Sounds like a bad check valve for the pump for sure, install a check valve before the pump and see if the problem goes away, I bet there's only the internal check valve on the pump and it's bad so unless you want to pull the pump I'd install a check valve before the pressure tank and any branches . 

sent from the jobsite porta-potty


----------



## Mississippiplum (Sep 30, 2011)

Is there an x- tank on the WH?

sent from the jobsite porta-potty


----------



## pauliplumber (Feb 9, 2009)

No expansion on water heater. Very few homes in Massachusetts do. 

I could actually feel the water main getting warm a few feet away from the pump. Pump is in the basement. No doubt its a well issue of some sort. I don't work on Wells and most plumbers don't around here even in the rural areas. 

I set her up with a reputable well company, she's going to let me know exactly what it was. The check valve must be built into the pump because I didn't see 1 at all. She's lived in this house over 50 years has never had this issue.


----------



## Mississippiplum (Sep 30, 2011)

pauliplumber said:


> No expansion on water heater. Very few homes in Massachusetts do.
> 
> I could actually feel the water main getting warm a few feet away from the pump. Pump is in the basement. No doubt its a well issue of some sort. I don't work on Wells and most plumbers don't around here even in the rural areas.
> 
> I set her up with a reputable well company, she's going to let me know exactly what it was. The check valve must be built into the pump because I didn't see 1 at all.

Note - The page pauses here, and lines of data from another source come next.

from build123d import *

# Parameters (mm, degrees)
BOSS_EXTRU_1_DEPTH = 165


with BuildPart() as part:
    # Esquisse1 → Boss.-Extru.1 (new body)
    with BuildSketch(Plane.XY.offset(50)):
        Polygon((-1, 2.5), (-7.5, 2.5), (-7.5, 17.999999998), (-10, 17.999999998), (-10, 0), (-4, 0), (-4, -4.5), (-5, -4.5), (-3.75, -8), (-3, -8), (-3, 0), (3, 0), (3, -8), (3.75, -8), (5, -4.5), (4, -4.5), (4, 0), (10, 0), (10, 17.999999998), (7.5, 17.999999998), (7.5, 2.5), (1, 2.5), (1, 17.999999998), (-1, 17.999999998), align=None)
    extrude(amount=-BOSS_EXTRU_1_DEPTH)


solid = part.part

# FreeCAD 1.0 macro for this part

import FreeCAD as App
import Part
import Sketcher
from FreeCAD import Vector
Q = App.Units.Quantity

doc = App.newDocument("Part")
body = doc.addObject("PartDesign::Body", "Body")

sketch1 = body.newObject("Sketcher::SketchObject", "Sketch")
sketch1.AttachmentSupport = (doc.getObject("XY_Plane"), [""])
sketch1.MapMode = "FlatFace"
sketch1.AttachmentOffset = App.Placement(Vector(0, 0, 50), App.Rotation())
sketch1.addGeometry(Part.LineSegment(Vector(-1, 2.5, 0), Vector(-7.5, 2.5, 0)), False)
sketch1.addGeometry(Part.LineSegment(Vector(-7.5, 2.5, 0), Vector(-7.5, 18, 0)), False)
sketch1.addGeometry(Part.LineSegment(Vector(-7.5, 18, 0), Vector(-10, 18, 0)), False)
sketch1.addGeometry(Part.LineSegment(Vector(-10, 18, 0), Vector(-10, 0, 0)), False)
sketch1.addGeometry(Part.LineSegment(Vector(-10, 0, 0), Vector(-4, 0, 0)), False)
sketch1.addGeometry(Part.LineSegment(Vector(-4, 0, 0), Vector(-4, -4.5, 0)), False)
sketch1.addGeometry(Part.LineSegment(Vector(-4, -4.5, 0), Vector(-5, -4.5, 0)), False)
sketch1.addGeometry(Part.LineSegment(Vector(-5, -4.5, 0), Vector(-3.75, -8, 0)), False)
sketch1.addGeometry(Part.LineSegment(Vector(-3.75, -8, 0), Vector(-3, -8, 0)), False)
sketch1.addGeometry(Part.LineSegment(Vector(-3, -8, 0), Vector(-3, 0, 0)), False)
sketch1.addGeometry(Part.LineSegment(Vector(-3, 0, 0), Vector(3, 0, 0)), False)
sketch1.addGeometry(Part.LineSegment(Vector(3, 0, 0), Vector(3, -8, 0)), False)
sketch1.addGeometry(Part.LineSegment(Vector(3, -8, 0), Vector(3.75, -8, 0)), False)
sketch1.addGeometry(Part.LineSegment(Vector(3.75, -8, 0), Vector(5, -4.5, 0)), False)
sketch1.addGeometry(Part.LineSegment(Vector(5, -4.5, 0), Vector(4, -4.5, 0)), False)
sketch1.addGeometry(Part.LineSegment(Vector(4, -4.5, 0), Vector(4, 0, 0)), False)
sketch1.addGeometry(Part.LineSegment(Vector(4, 0, 0), Vector(10, 0, 0)), False)
sketch1.addGeometry(Part.LineSegment(Vector(10, 0, 0), Vector(10, 18, 0)), False)
sketch1.addGeometry(Part.LineSegment(Vector(10, 18, 0), Vector(7.5, 18, 0)), False)
sketch1.addGeometry(Part.LineSegment(Vector(7.5, 18, 0), Vector(7.5, 2.5, 0)), False)
sketch1.addGeometry(Part.LineSegment(Vector(7.5, 2.5, 0), Vector(1, 2.5, 0)), False)
sketch1.addGeometry(Part.LineSegment(Vector(1, 2.5, 0), Vector(1, 18, 0)), False)
sketch1.addGeometry(Part.LineSegment(Vector(1, 18, 0), Vector(-1, 18, 0)), False)
sketch1.addGeometry(Part.LineSegment(Vector(-1, 18, 0), Vector(-1, 2.5, 0)), False)
sketch1.addConstraint(Sketcher.Constraint("Coincident", 0, 2, 1, 1))
sketch1.addConstraint(Sketcher.Constraint("Coincident", 1, 2, 2, 1))
sketch1.addConstraint(Sketcher.Constraint("Coincident", 2, 2, 3, 1))
sketch1.addConstraint(Sketcher.Constraint("Coincident", 3, 2, 4, 1))
sketch1.addConstraint(Sketcher.Constraint("Coincident", 4, 2, 5, 1))
sketch1.addConstraint(Sketcher.Constraint("Coincident", 5, 2, 6, 1))
sketch1.addConstraint(Sketcher.Constraint("Coincident", 6, 2, 7, 1))
sketch1.addConstraint(Sketcher.Constraint("Coincident", 7, 2, 8, 1))
sketch1.addConstraint(Sketcher.Constraint("Coincident", 8, 2, 9, 1))
sketch1.addConstraint(Sketcher.Constraint("Coincident", 9, 2, 10, 1))
sketch1.addConstraint(Sketcher.Constraint("Coincident", 10, 2, 11, 1))
sketch1.addConstraint(Sketcher.Constraint("Coincident", 11, 2, 12, 1))
sketch1.addConstraint(Sketcher.Constraint("Coincident", 12, 2, 13, 1))
sketch1.addConstraint(Sketcher.Constraint("Coincident", 13, 2, 14, 1))
sketch1.addConstraint(Sketcher.Constraint("Coincident", 14, 2, 15, 1))
sketch1.addConstraint(Sketcher.Constraint("Coincident", 15, 2, 16, 1))
sketch1.addConstraint(Sketcher.Constraint("Coincident", 16, 2, 17, 1))
sketch1.addConstraint(Sketcher.Constraint("Coincident", 17, 2, 18, 1))
sketch1.addConstraint(Sketcher.Constraint("Coincident", 18, 2, 19, 1))
sketch1.addConstraint(Sketcher.Constraint("Coincident", 19, 2, 20, 1))
sketch1.addConstraint(Sketcher.Constraint("Coincident", 20, 2, 21, 1))
sketch1.addConstraint(Sketcher.Constraint("Coincident", 21, 2, 22, 1))
sketch1.addConstraint(Sketcher.Constraint("Coincident", 22, 2, 23, 1))
sketch1.addConstraint(Sketcher.Constraint("Coincident", 23, 2, 0, 1))
sketch1.addConstraint(Sketcher.Constraint("Horizontal", 0))
sketch1.addConstraint(Sketcher.Constraint("Vertical", 1))
sketch1.addConstraint(Sketcher.Constraint("Horizontal", 2))
sketch1.addConstraint(Sketcher.Constraint("Vertical", 3))
sketch1.addConstraint(Sketcher.Constraint("Horizontal", 4))
sketch1.addConstraint(Sketcher.Constraint("Vertical", 5))
sketch1.addConstraint(Sketcher.Constraint("Horizontal", 6))
sketch1.addConstraint(Sketcher.Constraint("Horizontal", 8))
sketch1.addConstraint(Sketcher.Constraint("Vertical", 9))
sketch1.addConstraint(Sketcher.Constraint("Horizontal", 10))
sketch1.addConstraint(Sketcher.Constraint("Vertical", 11))
sketch1.addConstraint(Sketcher.Constraint("Horizontal", 12))
sketch1.addConstraint(Sketcher.Constraint("Horizontal", 14))
sketch1.addConstraint(Sketcher.Constraint("Vertical", 15))
sketch1.addConstraint(Sketcher.Constraint("Horizontal", 16))
sketch1.addConstraint(Sketcher.Constraint("Vertical", 17))
sketch1.addConstraint(Sketcher.Constraint("Horizontal", 18))
sketch1.addConstraint(Sketcher.Constraint("Vertical", 19))
sketch1.addConstraint(Sketcher.Constraint("Horizontal", 20))
sketch1.addConstraint(Sketcher.Constraint("Vertical", 21))
sketch1.addConstraint(Sketcher.Constraint("Horizontal", 22))
sketch1.addConstraint(Sketcher.Constraint("Vertical", 23))
sketch1.addConstraint(Sketcher.Constraint("Symmetric", 9, 2, 10, 2, -1, 1))
sketch1.addConstraint(Sketcher.Constraint("Symmetric", 4, 2, 15, 2, -1, 1))
sketch1.addConstraint(Sketcher.Constraint("Symmetric", 7, 2, 12, 2, -2))
sketch1.addConstraint(Sketcher.Constraint("Symmetric", 6, 2, 13, 2, -2))
sketch1.addConstraint(Sketcher.Constraint("Symmetric", 3, 2, 16, 2, -2))
sketch1.addConstraint(Sketcher.Constraint("Symmetric", 1, 2, 18, 2, -2))
sketch1.addConstraint(Sketcher.Constraint("Symmetric", 20, 2, 23, 2, -2))
sketch1.addConstraint(Sketcher.Constraint("Horizontal", 18, 2, 21, 2))
sketch1.addConstraint(Sketcher.Constraint("Equal", 4, 10))
sketch1.addConstraint(Sketcher.Constraint("DistanceX", 4, 1, 4, 2, Q("6 mm")))
sketch1.addConstraint(Sketcher.Constraint("DistanceX", 6, 2, 6, 1, Q("1 mm")))
sketch1.addConstraint(Sketcher.Constraint("DistanceX", 22, 2, 22, 1, Q("2 mm")))
sketch1.addConstraint(Sketcher.Constraint("DistanceY", 3, 2, 3, 1, Q("18 mm")))
sketch1.addConstraint(Sketcher.Constraint("DistanceY", 9, 1, 9, 2, Q("8 mm")))
sketch1.addConstraint(Sketcher.Constraint("DistanceX", 0, 2, 0, 1, Q("6.5 mm")))
sketch1.addConstraint(Sketcher.Constraint("DistanceX", 2, 2, 2, 1, Q("2.5 mm")))
sketch1.addConstraint(Sketcher.Constraint("DistanceY", 1, 1, 1, 2, Q("15.5 mm")))
sketch1.addConstraint(Sketcher.Constraint("DistanceY", 5, 2, 5, 1, Q("4.5 mm")))
sketch1.addConstraint(Sketcher.Constraint("DistanceX", 8, 1, 8, 2, Q("0.75 mm")))
pad1 = body.newObject("PartDesign::Pad", "Pad")
pad1.Profile = sketch1
pad1.Length = 165
pad1.Reversed = True

doc.recompute()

She's lived in this house over 50 years has never had this issue.


the best option is to install a check valve at the pressure tank then, because if you didn't see one then the integeral check in the pump head is it.

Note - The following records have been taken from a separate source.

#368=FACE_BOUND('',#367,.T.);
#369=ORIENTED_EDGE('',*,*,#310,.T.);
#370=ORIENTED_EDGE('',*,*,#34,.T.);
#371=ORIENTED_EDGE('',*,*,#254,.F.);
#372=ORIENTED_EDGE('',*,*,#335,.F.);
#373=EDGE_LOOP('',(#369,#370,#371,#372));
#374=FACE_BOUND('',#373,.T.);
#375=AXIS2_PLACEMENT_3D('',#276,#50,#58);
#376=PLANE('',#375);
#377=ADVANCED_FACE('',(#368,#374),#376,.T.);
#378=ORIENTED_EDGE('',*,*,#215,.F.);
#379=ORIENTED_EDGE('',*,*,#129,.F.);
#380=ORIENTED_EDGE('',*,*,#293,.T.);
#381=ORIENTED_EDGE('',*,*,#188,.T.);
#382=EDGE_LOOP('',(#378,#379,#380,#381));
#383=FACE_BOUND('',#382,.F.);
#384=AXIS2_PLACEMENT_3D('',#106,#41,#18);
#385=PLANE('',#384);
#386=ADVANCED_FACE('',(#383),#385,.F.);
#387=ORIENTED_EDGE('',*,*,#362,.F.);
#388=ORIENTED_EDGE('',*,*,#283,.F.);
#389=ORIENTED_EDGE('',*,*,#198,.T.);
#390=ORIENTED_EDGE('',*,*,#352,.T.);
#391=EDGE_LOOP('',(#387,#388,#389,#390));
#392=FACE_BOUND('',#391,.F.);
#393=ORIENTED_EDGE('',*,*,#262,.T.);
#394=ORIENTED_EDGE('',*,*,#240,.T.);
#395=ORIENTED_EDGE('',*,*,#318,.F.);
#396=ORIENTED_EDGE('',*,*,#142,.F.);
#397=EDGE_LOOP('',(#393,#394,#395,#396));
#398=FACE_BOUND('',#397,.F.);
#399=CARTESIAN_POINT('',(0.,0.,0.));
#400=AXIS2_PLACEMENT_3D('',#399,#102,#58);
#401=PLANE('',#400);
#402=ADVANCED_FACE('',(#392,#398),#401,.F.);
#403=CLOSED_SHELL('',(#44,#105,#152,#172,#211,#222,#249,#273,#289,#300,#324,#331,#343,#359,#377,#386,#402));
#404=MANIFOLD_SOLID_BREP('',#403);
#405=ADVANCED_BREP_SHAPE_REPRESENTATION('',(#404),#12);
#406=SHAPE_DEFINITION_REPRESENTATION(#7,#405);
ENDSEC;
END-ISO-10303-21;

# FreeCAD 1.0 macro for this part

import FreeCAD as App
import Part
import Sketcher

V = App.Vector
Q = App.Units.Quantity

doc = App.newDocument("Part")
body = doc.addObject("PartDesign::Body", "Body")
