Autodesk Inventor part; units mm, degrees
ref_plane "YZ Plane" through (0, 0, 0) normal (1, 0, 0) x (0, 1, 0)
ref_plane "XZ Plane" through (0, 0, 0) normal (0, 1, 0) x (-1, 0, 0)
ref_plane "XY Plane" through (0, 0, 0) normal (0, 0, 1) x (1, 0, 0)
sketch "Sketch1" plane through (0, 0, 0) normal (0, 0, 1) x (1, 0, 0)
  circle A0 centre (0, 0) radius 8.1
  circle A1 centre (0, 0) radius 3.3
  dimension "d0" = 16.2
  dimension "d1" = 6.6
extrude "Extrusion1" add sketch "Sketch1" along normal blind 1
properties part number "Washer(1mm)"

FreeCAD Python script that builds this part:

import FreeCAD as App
import Part
import Sketcher

V = App.Vector
Q = App.Units.Quantity

doc = App.newDocument("Part")
params = doc.addObject("Spreadsheet::Sheet", "Params")
for row, (alias, value) in enumerate([
    ("sketch1_diameter", "16.2 mm"),
    ("sketch1_diameter2", "6.6 mm"),
    ("pad1_length", "1 mm"),
], start=1):
    params.set(f"A{row}", alias)
    params.set(f"B{row}", "=" + value)
    params.setAlias(f"B{row}", alias)

body = doc.addObject("PartDesign::Body", "Body")

# Sketch on XY plane
sketch1 = body.newObject("Sketcher::SketchObject", "Sketch")
sketch1.AttachmentSupport = (doc.getObject("XY_Plane"), [""])
sketch1.MapMode = "FlatFace"
sketch1.addGeometry([
    Part.Circle(V(0, 0, 0), V(0, 0, 1), 8.1),
    Part.Circle(V(0, 0, 0), V(0, 0, 1), 3.3),
], False)
sketch1.addConstraint([
    Sketcher.Constraint("Coincident", 0, 3, -1, 1),
    Sketcher.Constraint("Coincident", 1, 3, -1, 1),
    Sketcher.Constraint("Diameter", 0, Q("16.2 mm")),
    Sketcher.Constraint("Diameter", 1, Q("6.6 mm")),
])
sketch1.setExpression("Constraints[2]", "Params.sketch1_diameter")
sketch1.setExpression("Constraints[3]", "Params.sketch1_diameter2")
pad1 = body.newObject("PartDesign::Pad", "Pad")
pad1.Profile = sketch1
pad1.setExpression("Length", "Params.pad1_length")

doc.recompute()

sent from the jobsite porta-potty


----------



## Brian Ayres (Sep 9, 2012)

Actually. Installing a check at the top of the well head while fixing one problem can sometimes induce hammering. Always consult a well guy if you can. We don't work on wells generally but I seem to fix a lot for friends if the bosses when he knows the people don't have a lot of money...I've called a local well guy and he's been kind to help if it's something I can fix. Otherwise I send him. 

I had a bad well check causing hammering in the house at the pressure tank's check valve at my bosses house(he's too cheap to hire a well guy when he has me!) and had to install a PRV designed for wells. I forget what they are called but you set them 5PSI below the pressure switch's high setting say 70PSI, and the PRV closes at 65 PSI, but it's grooved so it still allows a fractional amount of water past the diaphragm allowing the pressure to slowly build to the 70PSI, then, when the pump shuts off their is very little kinetic energy to deal with. Voila! No more hammering. 

Thanks for sharing your mystery!

Brian


----------



## Mississippiplum (Sep 30, 2011)

Brian Ayres said:


> Actually. Installing a check at the top of the well head while fixing one problem can sometimes induce hammering. Always consult a well guy if you can. We don't work on wells generally but I seem to fix a lot for friends if the bosses when he knows the people don't have a lot of money...I've called a local well guy and he's been kind to help if it's something I can fix. Otherwise I send him.
> 
> I had a bad well check causing hammering in the house at the pressure tank's check valve at my bosses house(he's too cheap to hire a well guy when he has me!) and had to install a PRV designed for wells. I forget what they are called but you set them 5PSI below the pressure switch's high setting say 70PSI, and the PRV closes at 65 PSI, but it's grooved so it still allows a fractional amount of water past the diaphragm allowing the pressure to slowly build to the 70PSI, then, when the pump shuts off their is very little kinetic energy to deal with. Voila! No more hammering.
> 
> ...


Yup a cycle stop valve is what ur talking bout!!! I love them valves, we install them all the time, great product!!

sent from the jobsite porta-potty


----------



## deerslayer (Mar 29, 2012)

Did they recently get a new motor or pump? It sounds to me like the pump (if a shallow well) mat be spinning backwards? I have seen them run backwards and they will pump a little but not build the right pressure or volume?It usually happens when someone has a motor laying around and puts it on not realizing that some are reversible or reverse rotation.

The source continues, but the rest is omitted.